We’ve Been Here Before

This week I wandered around the whitewashed homes, pruned gardens, and split-rail fences of Colonial Williamsburg. The rebellious spirit of our founding mothers and fathers still permeates the open-air museum that depicts colonial life in early America. It filled me with pride and wonder at the courage of our nation’s first citizens.

Colonial Williamsburg

The story of Colonial Williamsburg sits in sharp contrast with the recent rash of political antics set off like so much political gunpowder by some of our country’s most immature, power-hungry demagogues.

In Texas, the governor closed down commercial trade at the Mexican border- snarling up 2.4 billion dollars of the Texas economy. Florida’s most powerful citizen decided to teach the state’s largest private employer a lesson about criticizing his anti-gay legislative agenda. He signed legislation removing Disney World’s ability to govern, collect taxes, and develop infrastructure for their theme parks. Expensive costs likely to be leveraged onto local Floridians. Meanwhile, Georgia’s 14th congressional district is currently using the 14th Amendment to deliberate on whether its representative engaged in insurrection.
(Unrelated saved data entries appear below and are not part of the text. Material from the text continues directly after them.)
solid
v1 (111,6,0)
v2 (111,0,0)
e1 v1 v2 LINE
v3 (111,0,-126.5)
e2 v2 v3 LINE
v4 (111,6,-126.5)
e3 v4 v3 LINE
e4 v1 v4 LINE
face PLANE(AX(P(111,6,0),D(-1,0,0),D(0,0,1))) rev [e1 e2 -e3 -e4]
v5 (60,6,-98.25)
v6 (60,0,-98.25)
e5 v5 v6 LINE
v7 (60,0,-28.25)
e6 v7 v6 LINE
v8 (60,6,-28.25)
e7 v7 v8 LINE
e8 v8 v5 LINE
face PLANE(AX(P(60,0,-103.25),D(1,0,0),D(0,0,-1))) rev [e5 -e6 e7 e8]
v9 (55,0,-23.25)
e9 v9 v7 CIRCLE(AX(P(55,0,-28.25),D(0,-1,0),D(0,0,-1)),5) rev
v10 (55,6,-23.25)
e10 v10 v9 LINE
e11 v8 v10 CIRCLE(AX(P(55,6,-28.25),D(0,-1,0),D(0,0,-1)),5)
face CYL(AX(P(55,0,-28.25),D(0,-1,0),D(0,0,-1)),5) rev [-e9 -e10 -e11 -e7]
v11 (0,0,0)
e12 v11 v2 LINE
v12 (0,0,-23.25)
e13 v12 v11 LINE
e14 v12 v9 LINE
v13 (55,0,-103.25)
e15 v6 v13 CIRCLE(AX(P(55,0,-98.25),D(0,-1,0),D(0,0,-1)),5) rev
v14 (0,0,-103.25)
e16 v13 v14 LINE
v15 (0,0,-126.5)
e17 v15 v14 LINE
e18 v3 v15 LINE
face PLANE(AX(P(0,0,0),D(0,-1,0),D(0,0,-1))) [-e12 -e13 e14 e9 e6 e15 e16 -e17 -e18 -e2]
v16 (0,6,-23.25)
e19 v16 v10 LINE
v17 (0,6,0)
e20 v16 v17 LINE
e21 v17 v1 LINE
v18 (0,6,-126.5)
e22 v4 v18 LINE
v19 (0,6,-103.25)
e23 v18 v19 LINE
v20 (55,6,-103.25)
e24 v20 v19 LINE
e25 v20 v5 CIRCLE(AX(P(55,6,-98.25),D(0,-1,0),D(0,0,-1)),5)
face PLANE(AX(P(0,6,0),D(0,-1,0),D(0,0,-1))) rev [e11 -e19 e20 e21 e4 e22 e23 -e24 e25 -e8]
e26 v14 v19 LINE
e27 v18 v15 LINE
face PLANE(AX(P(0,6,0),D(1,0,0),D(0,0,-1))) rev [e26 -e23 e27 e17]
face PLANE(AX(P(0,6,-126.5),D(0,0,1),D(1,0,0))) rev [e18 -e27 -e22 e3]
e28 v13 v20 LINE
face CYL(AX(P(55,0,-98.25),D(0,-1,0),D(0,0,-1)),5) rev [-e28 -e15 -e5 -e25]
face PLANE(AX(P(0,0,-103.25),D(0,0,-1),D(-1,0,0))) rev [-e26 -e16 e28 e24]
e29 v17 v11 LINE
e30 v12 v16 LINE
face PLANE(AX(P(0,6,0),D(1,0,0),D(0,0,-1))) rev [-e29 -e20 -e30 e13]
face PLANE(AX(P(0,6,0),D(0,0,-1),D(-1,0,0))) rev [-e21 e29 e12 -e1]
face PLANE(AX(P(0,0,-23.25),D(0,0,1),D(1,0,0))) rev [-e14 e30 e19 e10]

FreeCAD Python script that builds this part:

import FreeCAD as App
import Part
import Sketcher

V = App.Vector
Q = App.Units.Quantity


def edges_at(feature, points):
    """Names of the edges that pass closest to the given points."""
    edges = feature.Shape.Edges
    near = lambda p: min(range(len(edges)), key=lambda i: edges[i].distToShape(Part.Vertex(*p))[0])
    return sorted({f"Edge{near(p) + 1}" for p in points})

doc = App.newDocument("Part")
body = doc.addObject("PartDesign::Body", "Body")

sketch1 = body.newObject("Sketcher::SketchObject", "Sketch")
sketch1.AttachmentSupport = (doc.getObject("XZ_Plane"), [""])
sketch1.MapMode = "FlatFace"
sketch1.addGeometry([
    Part.LineSegment(V(0, -126, 0), V(0, 0, 0)),
    Part.LineSegment(V(0, 0, 0), V(111, 0, 0)),
    Part.LineSegment(V(111, 0, 0), V(111, -126, 0)),
    Part.LineSegment(V(111, -126, 0), V(0, -126, 0)),
], False)
sketch1.addConstraint([
    Sketcher.Constraint("Coincident", 0, 2, 1, 1),
    Sketcher.Constraint("Coincident", 1, 2, 2, 1),
    Sketcher.Constraint("Coincident", 2, 2, 3, 1),
    Sketcher.Constraint("Coincident", 3, 2, 0, 1),
    Sketcher.Constraint("Vertical", 0),
    Sketcher.Constraint("Horizontal", 1),
    Sketcher.Constraint("Vertical", 2),
    Sketcher.Constraint("Horizontal", 3),
    Sketcher.Constraint("Coincident", 0, 2, -1, 1),
    Sketcher.Constraint("DistanceX", 1, 1, 1, 2, Q("111 mm")),
    Sketcher.Constraint("DistanceY", 0, 1, 0, 2, Q("126.5 mm")),
])
pad1 = body.newObject("PartDesign::Pad", "Pad")
pad1.Profile = sketch1
pad1.Length = 6
pad1.Reversed = True

sketch2 = body.newObject("Sketcher::SketchObject", "Sketch001")
sketch2.AttachmentSupport = (doc.getObject("XZ_Plane"), [""])
sketch2.MapMode = "FlatFace"
sketch2.AttachmentOffset = App.Placement(V(0, 0, -6), App.Rotation())
sketch2.addGeometry([
    Part.LineSegment(V(0, -103, 0), V(0, -23, 0)),
    Part.LineSegment(V(0, -23, 0), V(60, -23, 0)),
    Part.LineSegment(V(60, -23, 0), V(60, -103, 0)),
    Part.LineSegment(V(60, -103, 0), V(0, -103, 0)),
], False)
sketch2.addConstraint([
    Sketcher.Constraint("Coincident", 0, 2, 1, 1),
    Sketcher.Constraint("Coincident", 1, 2, 2, 1),
    Sketcher.Constraint("Coincident", 2, 2, 3, 1),
    Sketcher.Constraint("Coincident", 3, 2, 0, 1),
    Sketcher.Constraint("Vertical", 0),
    Sketcher.Constraint("Horizontal", 1),
    Sketcher.Constraint("Vertical", 2),
    Sketcher.Constraint("Horizontal", 3),
    Sketcher.Constraint("PointOnObject", 0, 2, -2),
    Sketcher.Constraint("DistanceX", 1, 1, 1, 2, Q("60 mm")),
    Sketcher.Constraint("DistanceY", 0, 1, 0, 2, Q("80 mm")),
    Sketcher.Constraint("DistanceY", 0, 2, -1, 1, Q("23.25 mm")),
])
pocket1 = body.newObject("PartDesign::Pocket", "Pocket")
pocket1.Profile = sketch2
pocket1.Type = "ThroughAll"
pocket1.Reversed = True
doc.recompute()

fillet = body.newObject("PartDesign::Fillet", "Fillet")
fillet.Base = (pocket1, edges_at(pocket1, [(60, 3, -103.25), (60, 3, -23.25)]))
fillet.Radius = 5

doc.recompute()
Shocking as this raw, misuse of political power is, it’s happened before. And it usually backfires. History, once again, is repeating itself. 

DeSantis, Abbott, and Greene could have taken their lessons from as far back as 1775, when Lord Dunmore, a royalist representative of King George, reigned as governor of the Province of Virginia.

Thomas Jefferson Authoring the Declaration of Independence

In 1775, political temperatures ran high. On April 21st, fearing a rebellion of his Virginia colonists, Lord Dunmore secretly removed the state’s cache of gunpowder from a storage magazine in the capital of Williamsburg. Virginians were mad. They believed the gunpowder belonged to them and essential to their protection. Bad timing. Two days before the heist, the Battles of Lexington and Concord took place in Massachusetts, and the governor’s move effectively kickstarted the start of the Revolutionary War in Virginia.

Dunmore was forced to flee the capital. He retreated to Norfolk to form an army. The casualties at the battles of Lexington and Concorde left him with no access to British troops, and he was forced to raise soldiers without the aid of the British crown. Desperate, he declared that he would free any enslaved male Virginians of the age of 18 or older- if they joined the Ethiopian Regiment.

The Ethiopian Regiment; Liberty to Slaves

While freeing slaves was a brilliant idea, this plan didn’t include women and children. It offered conditional freedom to some single men, but endangered the lives of other enslaved family members. Dunmore wasn’t a humanitarian, he was an opportunist.

Like some of our politicians of today, he was only interested in retaining power, and his strategy included trying to divide people to do it.

Since 40% of the Virginia population were slaves, and most commerce relied on slave labor, the strategy was designed to divide the rebel colonists against each other, and give the English royalists the military edge.

In the end only about 1100 African slaves signed on, most of them perishing during their service to the king.

For 247 years we’ve been slogging through this messy business of democracy. We still have a long way to go to get things right. But the revolution started because we didn’t like power-hungry politicians trying to control us, divide us, or try to tell us what to do.


The difference between Lord Dunmore and our modern day politicians- is that now we have a democracy. We elect our public servants. It might be time to remind them that they work for us, our Constitution, and our democracy, not their own personal, political gain.